History

United States
- Name: Action
- Builder: Collingwood Shipyards Ltd., Collingwood
- Laid down: 6 January 1942 as CN-304
- Launched: 28 July 1942
- Acquired: 21 November 1942
- Commissioned: 22 November 1942
- Decommissioned: 6 September 1945
- Stricken: 7 September 1945
- Fate: Sold in 1952 to J. Presthus, Bergen, Norway; Converted to a cargo vessel and renamed Arne Presthus.

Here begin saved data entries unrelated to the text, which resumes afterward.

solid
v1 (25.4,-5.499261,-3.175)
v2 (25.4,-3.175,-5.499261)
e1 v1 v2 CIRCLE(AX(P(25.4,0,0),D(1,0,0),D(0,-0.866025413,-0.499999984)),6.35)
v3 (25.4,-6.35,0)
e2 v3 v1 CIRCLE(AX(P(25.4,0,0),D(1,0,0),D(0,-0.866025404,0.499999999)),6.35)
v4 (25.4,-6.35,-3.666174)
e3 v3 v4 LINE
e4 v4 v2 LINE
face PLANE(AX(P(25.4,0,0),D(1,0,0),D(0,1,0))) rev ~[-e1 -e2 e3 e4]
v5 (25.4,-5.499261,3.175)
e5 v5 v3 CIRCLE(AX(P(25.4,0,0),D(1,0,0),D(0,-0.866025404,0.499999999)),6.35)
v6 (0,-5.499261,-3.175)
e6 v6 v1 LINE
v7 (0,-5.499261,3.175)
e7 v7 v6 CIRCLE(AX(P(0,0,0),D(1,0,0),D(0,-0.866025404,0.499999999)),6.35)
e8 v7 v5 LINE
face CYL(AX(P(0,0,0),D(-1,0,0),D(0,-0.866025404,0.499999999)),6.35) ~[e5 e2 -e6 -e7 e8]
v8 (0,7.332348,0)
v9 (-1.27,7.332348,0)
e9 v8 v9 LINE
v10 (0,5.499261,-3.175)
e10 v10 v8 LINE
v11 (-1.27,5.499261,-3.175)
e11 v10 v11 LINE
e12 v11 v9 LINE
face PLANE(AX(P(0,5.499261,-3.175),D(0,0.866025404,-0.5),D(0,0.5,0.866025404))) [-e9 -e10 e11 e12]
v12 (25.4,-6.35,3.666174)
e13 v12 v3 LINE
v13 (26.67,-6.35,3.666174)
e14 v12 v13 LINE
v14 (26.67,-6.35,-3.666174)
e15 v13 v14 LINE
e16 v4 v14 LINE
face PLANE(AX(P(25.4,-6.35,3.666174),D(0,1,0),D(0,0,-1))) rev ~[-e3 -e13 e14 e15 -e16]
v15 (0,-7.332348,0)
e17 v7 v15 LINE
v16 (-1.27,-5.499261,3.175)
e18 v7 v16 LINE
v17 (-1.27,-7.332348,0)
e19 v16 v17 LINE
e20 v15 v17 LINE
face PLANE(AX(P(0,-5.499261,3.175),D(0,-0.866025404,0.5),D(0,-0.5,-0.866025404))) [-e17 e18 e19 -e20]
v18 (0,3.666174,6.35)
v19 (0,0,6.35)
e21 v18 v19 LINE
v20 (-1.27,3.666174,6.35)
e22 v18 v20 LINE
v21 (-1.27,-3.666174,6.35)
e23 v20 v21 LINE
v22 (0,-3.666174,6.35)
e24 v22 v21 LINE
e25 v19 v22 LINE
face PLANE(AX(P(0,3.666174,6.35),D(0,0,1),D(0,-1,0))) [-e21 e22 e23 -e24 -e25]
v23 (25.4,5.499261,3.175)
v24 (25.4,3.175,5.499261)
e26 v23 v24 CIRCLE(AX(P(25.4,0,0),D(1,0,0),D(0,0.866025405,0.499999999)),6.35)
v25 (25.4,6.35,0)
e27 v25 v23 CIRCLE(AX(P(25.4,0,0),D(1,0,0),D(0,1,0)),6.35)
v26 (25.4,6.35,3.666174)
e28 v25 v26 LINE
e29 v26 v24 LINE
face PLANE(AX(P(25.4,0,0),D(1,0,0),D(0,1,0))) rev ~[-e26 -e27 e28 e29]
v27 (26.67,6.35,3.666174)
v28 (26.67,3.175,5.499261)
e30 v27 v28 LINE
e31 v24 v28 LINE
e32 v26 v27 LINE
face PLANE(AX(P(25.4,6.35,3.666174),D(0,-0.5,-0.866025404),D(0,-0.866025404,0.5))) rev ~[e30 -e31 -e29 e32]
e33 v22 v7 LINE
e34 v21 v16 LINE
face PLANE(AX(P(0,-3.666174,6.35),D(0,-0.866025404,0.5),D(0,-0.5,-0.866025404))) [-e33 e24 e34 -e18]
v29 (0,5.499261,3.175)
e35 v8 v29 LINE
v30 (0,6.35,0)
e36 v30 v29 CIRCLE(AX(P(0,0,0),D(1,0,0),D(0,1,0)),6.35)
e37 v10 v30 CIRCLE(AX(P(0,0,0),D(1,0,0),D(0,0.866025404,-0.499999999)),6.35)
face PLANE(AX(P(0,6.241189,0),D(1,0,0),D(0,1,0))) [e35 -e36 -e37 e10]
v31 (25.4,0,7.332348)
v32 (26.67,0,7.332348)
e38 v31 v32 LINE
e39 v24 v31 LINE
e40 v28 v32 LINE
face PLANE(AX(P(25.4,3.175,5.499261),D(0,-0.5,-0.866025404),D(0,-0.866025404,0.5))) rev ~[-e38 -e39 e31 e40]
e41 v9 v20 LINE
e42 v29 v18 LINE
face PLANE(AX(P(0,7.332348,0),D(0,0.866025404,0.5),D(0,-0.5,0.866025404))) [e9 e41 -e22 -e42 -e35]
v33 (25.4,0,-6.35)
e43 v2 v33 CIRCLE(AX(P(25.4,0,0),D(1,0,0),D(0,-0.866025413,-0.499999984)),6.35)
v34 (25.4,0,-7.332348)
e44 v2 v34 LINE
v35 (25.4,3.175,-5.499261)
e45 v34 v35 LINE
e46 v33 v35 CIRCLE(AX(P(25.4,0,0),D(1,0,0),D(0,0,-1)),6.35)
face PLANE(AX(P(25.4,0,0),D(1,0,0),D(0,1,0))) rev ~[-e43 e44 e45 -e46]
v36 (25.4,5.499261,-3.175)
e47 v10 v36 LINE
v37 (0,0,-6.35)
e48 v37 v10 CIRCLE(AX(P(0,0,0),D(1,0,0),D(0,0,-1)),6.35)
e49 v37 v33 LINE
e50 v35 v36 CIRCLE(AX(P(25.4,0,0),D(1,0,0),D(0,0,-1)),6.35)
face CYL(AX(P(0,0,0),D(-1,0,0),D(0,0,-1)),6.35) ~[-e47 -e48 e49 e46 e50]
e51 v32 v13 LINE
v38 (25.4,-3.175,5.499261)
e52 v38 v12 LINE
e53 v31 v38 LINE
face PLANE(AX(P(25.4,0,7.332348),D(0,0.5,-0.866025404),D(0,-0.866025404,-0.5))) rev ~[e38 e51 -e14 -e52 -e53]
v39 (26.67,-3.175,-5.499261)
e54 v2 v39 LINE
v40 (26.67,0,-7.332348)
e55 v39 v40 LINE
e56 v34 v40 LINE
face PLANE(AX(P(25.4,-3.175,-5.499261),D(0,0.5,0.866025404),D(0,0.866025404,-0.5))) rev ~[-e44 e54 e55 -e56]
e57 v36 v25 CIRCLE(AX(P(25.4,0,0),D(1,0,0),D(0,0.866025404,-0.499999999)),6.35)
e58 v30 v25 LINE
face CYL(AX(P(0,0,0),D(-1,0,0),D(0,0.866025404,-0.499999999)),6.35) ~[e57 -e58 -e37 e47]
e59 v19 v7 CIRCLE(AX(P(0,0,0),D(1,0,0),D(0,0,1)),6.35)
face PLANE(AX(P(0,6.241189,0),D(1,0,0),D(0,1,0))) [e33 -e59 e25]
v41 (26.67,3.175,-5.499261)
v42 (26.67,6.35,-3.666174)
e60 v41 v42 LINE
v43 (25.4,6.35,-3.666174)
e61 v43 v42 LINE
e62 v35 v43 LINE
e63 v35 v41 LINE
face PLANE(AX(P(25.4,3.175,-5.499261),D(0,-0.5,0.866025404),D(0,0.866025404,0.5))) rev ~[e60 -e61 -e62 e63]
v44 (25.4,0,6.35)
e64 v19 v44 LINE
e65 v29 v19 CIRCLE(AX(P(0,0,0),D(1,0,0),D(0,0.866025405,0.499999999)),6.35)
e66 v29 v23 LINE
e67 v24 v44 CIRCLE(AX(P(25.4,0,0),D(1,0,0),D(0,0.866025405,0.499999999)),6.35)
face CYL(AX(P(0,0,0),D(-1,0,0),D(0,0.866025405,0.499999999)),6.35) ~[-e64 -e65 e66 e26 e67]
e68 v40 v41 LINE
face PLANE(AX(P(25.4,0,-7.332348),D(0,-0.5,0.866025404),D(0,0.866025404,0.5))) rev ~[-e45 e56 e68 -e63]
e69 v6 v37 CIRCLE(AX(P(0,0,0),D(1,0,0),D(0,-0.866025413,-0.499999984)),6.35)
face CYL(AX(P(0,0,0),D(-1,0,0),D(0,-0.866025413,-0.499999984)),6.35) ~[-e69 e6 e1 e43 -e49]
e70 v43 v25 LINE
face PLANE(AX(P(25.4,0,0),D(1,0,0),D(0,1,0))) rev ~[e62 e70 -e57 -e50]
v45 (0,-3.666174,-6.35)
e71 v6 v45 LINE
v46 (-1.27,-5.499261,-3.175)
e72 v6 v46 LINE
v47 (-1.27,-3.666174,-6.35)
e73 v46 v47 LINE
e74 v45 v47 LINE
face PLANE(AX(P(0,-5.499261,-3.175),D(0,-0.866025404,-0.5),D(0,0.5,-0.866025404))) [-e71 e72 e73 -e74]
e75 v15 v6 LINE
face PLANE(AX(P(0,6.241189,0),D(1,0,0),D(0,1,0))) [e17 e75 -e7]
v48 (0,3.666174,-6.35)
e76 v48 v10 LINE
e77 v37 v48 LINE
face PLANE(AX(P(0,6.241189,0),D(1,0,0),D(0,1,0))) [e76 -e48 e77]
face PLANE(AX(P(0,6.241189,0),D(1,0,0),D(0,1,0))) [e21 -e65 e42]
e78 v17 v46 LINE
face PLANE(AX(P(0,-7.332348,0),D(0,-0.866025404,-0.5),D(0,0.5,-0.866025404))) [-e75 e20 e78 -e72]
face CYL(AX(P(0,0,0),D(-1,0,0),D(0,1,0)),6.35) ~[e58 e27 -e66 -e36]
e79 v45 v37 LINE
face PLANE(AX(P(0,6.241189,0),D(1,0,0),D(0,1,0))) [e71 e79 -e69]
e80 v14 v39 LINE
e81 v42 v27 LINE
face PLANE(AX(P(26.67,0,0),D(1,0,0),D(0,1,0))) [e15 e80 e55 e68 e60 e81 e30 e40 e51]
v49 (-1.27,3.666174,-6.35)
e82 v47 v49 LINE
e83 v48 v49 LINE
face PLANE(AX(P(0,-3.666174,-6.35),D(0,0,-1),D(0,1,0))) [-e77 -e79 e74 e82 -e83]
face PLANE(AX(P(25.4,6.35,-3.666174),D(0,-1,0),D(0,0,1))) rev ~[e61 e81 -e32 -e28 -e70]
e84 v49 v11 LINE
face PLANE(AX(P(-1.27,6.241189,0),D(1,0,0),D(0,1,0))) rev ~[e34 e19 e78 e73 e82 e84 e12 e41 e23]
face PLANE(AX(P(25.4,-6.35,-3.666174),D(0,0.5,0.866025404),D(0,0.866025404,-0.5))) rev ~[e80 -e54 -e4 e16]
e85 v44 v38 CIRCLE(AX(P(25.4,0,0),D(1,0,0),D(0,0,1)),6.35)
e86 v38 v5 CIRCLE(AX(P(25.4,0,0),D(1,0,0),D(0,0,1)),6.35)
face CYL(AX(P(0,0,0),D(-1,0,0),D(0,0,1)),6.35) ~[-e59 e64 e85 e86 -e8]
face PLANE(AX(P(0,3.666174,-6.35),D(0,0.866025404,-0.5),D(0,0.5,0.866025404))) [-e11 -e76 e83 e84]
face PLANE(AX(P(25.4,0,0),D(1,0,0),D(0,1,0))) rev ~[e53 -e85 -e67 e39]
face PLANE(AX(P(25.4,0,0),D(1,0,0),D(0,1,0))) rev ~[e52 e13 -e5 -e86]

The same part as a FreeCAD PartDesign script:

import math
import FreeCAD as App
import Part
import Sketcher
from FreeCAD import Vector
Q = App.Units.Quantity


def add_polygon(sketch, points):
    """Adds a closed chain of lines whose ends are joined by coincident constraints."""
    first, n = sketch.GeometryCount, len(points)
    for a, b in zip(points, points[1:] + points[:1]):
        sketch.addGeometry(Part.LineSegment(App.Vector(*a, 0), App.Vector(*b, 0)), False)
    for i in range(n):
        sketch.addConstraint(Sketcher.Constraint("Coincident", first + i, 2, first + (i + 1) % n, 1))

doc = App.newDocument("Part")
params = doc.addObject("Spreadsheet::Sheet", "Params")
for row, (alias, value) in enumerate([
    ("sketch1_radius", "0.25 in"),
    ("pad1_length", "1 in"),
    ("pad2_length", "0.05 in"),
    ("pad3_length", "0.05 in"),
], start=1):
    params.set(f"A{row}", alias)
    params.set(f"B{row}", "=" + value)
    params.setAlias(f"B{row}", alias)

body = doc.addObject("PartDesign::Body", "Body")

# Sketch on YZ plane
sketch1 = body.newObject("Sketcher::SketchObject", "Sketch")
sketch1.AttachmentSupport = (doc.getObject("YZ_Plane"), [""])
sketch1.MapMode = "FlatFace"
sketch1.addGeometry([
    Part.ArcOfCircle(Part.Circle(Vector(0, 0, 0), Vector(0, 0, 1), 6.4), math.radians(-30), math.radians(0)),  # 0
    Part.ArcOfCircle(Part.Circle(Vector(0, 0, 0), Vector(0, 0, 1), 6.3), math.radians(0), math.radians(30)),  # 1
    Part.ArcOfCircle(Part.Circle(Vector(0, 0, 0), Vector(0, 0, 1), 6.3), math.radians(30), math.radians(90)),  # 2
    Part.ArcOfCircle(Part.Circle(Vector(0, 0, 0), Vector(0, 0, 1), 6.3), math.radians(90), math.radians(150)),  # 3
    Part.ArcOfCircle(Part.Circle(Vector(0, 0, 0), Vector(0, 0, 1), 6.3), math.radians(150), math.radians(210)),  # 4
    Part.ArcOfCircle(Part.Circle(Vector(0, 0, 0), Vector(0, 0, 1), 6.3), math.radians(-150), math.radians(-90)),  # 5
    Part.ArcOfCircle(Part.Circle(Vector(0, 0, 0), Vector(0, 0, 1), 6.3), math.radians(-90), math.radians(-30)),  # 6
], False)
sketch1.addConstraint([
    Sketcher.Constraint("Tangent", 0, 2, 1, 1),
    Sketcher.Constraint("Tangent", 1, 2, 2, 1),
    Sketcher.Constraint("Tangent", 2, 2, 3, 1),
    Sketcher.Constraint("Tangent", 3, 2, 4, 1),
    Sketcher.Constraint("Tangent", 4, 2, 5, 1),
    Sketcher.Constraint("Tangent", 5, 2, 6, 1),
    Sketcher.Constraint("Tangent", 6, 2, 0, 1),
    Sketcher.Constraint("Coincident", 0, 3, -1, 1),
    Sketcher.Constraint("Coincident", 2, 3, -1, 1),
    Sketcher.Constraint("Coincident", 4, 3, -1, 1),
    Sketcher.Constraint("PointOnObject", 0, 2, -1),
    Sketcher.Constraint("PointOnObject", 2, 2, -2),
    Sketcher.Constraint("PointOnObject", 5, 2, -2),
    Sketcher.Constraint("Horizontal", 1, 2, 3, 2),
    Sketcher.Constraint("Horizontal", 4, 2, 6, 2),
    Sketcher.Constraint("Vertical", 3, 2, 4, 2),
    Sketcher.Constraint("Radius", 0, Q("0.25 in")),
    Sketcher.Constraint("DistanceY", 4, 2, 3, 2, Q("0.25 in")),
])
sketch1.setExpression("Constraints[16]", "Params.sketch1_radius")
pad1 = body.newObject("PartDesign::Pad", "Pad")
pad1.Profile = sketch1
pad1.setExpression("Length", "Params.pad1_length")

# Sketch on YZ plane
sketch2 = body.newObject("Sketcher::SketchObject", "Sketch001")
sketch2.AttachmentSupport = (doc.getObject("YZ_Plane"), [""])
sketch2.MapMode = "FlatFace"
sketch2.AttachmentOffset = App.Placement(Vector(0, 0, 1 * 25.4), App.Rotation())
add_polygon(sketch2, [(6.3, 3.7), (3.2, 5.5), (0, 7.3), (-6.3, 3.7), (-6.3, -3.7), (-3.2, -5.5), (0, -7.3), (3.2, -5.5), (6.3, -3.7)])  # lines 0-8
sketch2.addConstraint([
    Sketcher.Constraint("Vertical", 3),
    Sketcher.Constraint("Vertical", 8),
    Sketcher.Constraint("Symmetric", 0, 2, 4, 2, -1, 1),
    Sketcher.Constraint("Symmetric", 1, 2, 5, 2, -1, 1),
    Sketcher.Constraint("Symmetric", 2, 2, 7, 2, -1, 1),
    Sketcher.Constraint("Symmetric", 4, 2, 6, 2, -2),
    Sketcher.Constraint("PointOnObject", 1, 2, -2),
    Sketcher.Constraint("Parallel", 0, 1),
    Sketcher.Constraint("Parallel", 1, 4),
    Sketcher.Constraint("Parallel", 2, 6),
    Sketcher.Constraint("Equal", 0, 1),
    Sketcher.Constraint("Angle", 0, Q("150 deg")),
    Sketcher.Constraint("DistanceX", 2, 2, -1, 1, Q("0.25 in")),
    Sketcher.Constraint("DistanceY", 3, 2, 3, 1, 7.332348),
])
pad2 = body.newObject("PartDesign::Pad", "Pad001")
pad2.Profile = sketch2
pad2.setExpression("Length", "Params.pad2_length")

Wrecked 6 April 1972

General characteristics
- Class & type: Action-class
- Type: Patrol boat
- Displacement: 1,375 long tons (1,397 t)
- Length: 205 ft (62 m)
- Beam: 33 ft (10 m)
- Draft: 14 ft 7 in (4.45 m)
- Speed: 16.5 kn (19.0 mph; 30.6 km/h)
- Complement: 90
- Armament: two 3 in (76 mm) dual purpose gun mounts; two 20 mm gun mounts; two depth charge tracks;

= USS Action =

Gunboat of the United States Navy

USS Action (PG-86) was the lead ship of the Action-class patrol boats acquired by the United States Navy for the task of patrolling American coastal waters during World War II. She is the only ship to bear this name.

==Construction==

Action (PG-86) was laid down as CN-304 on 6 January 1942 by the Collingwood Shipyards Ltd., Collingwood, Canada; launched on 28 July 1942; named Action on 13 August 1942; accepted by the Navy on 21 November 1942; and commissioned on 22 November 1942.

==World War II==

After she had been fitted out at Boston, Action reported to the Commander, Eastern Sea Frontier, on 23 February 1943. She then assumed escort and patrol duty. Throughout the rest of 1943, all of 1944, and the first half o'f 1945, Action escorted convoys between New York and Guantánamo Bay, Cuba. Her next assignment was to patrol the waters in the vicinity of New York and the Narragansett Bay area.

==Post-war decommissioning==
Following the surrender of Germany, Action arrived at the Charleston Navy Yard on 28 June 1945; was decommissioned there on 6 September; and she was stricken from the Navy list on 17 September. In October 1946, Action was transferred to the Maritime Commission for disposal.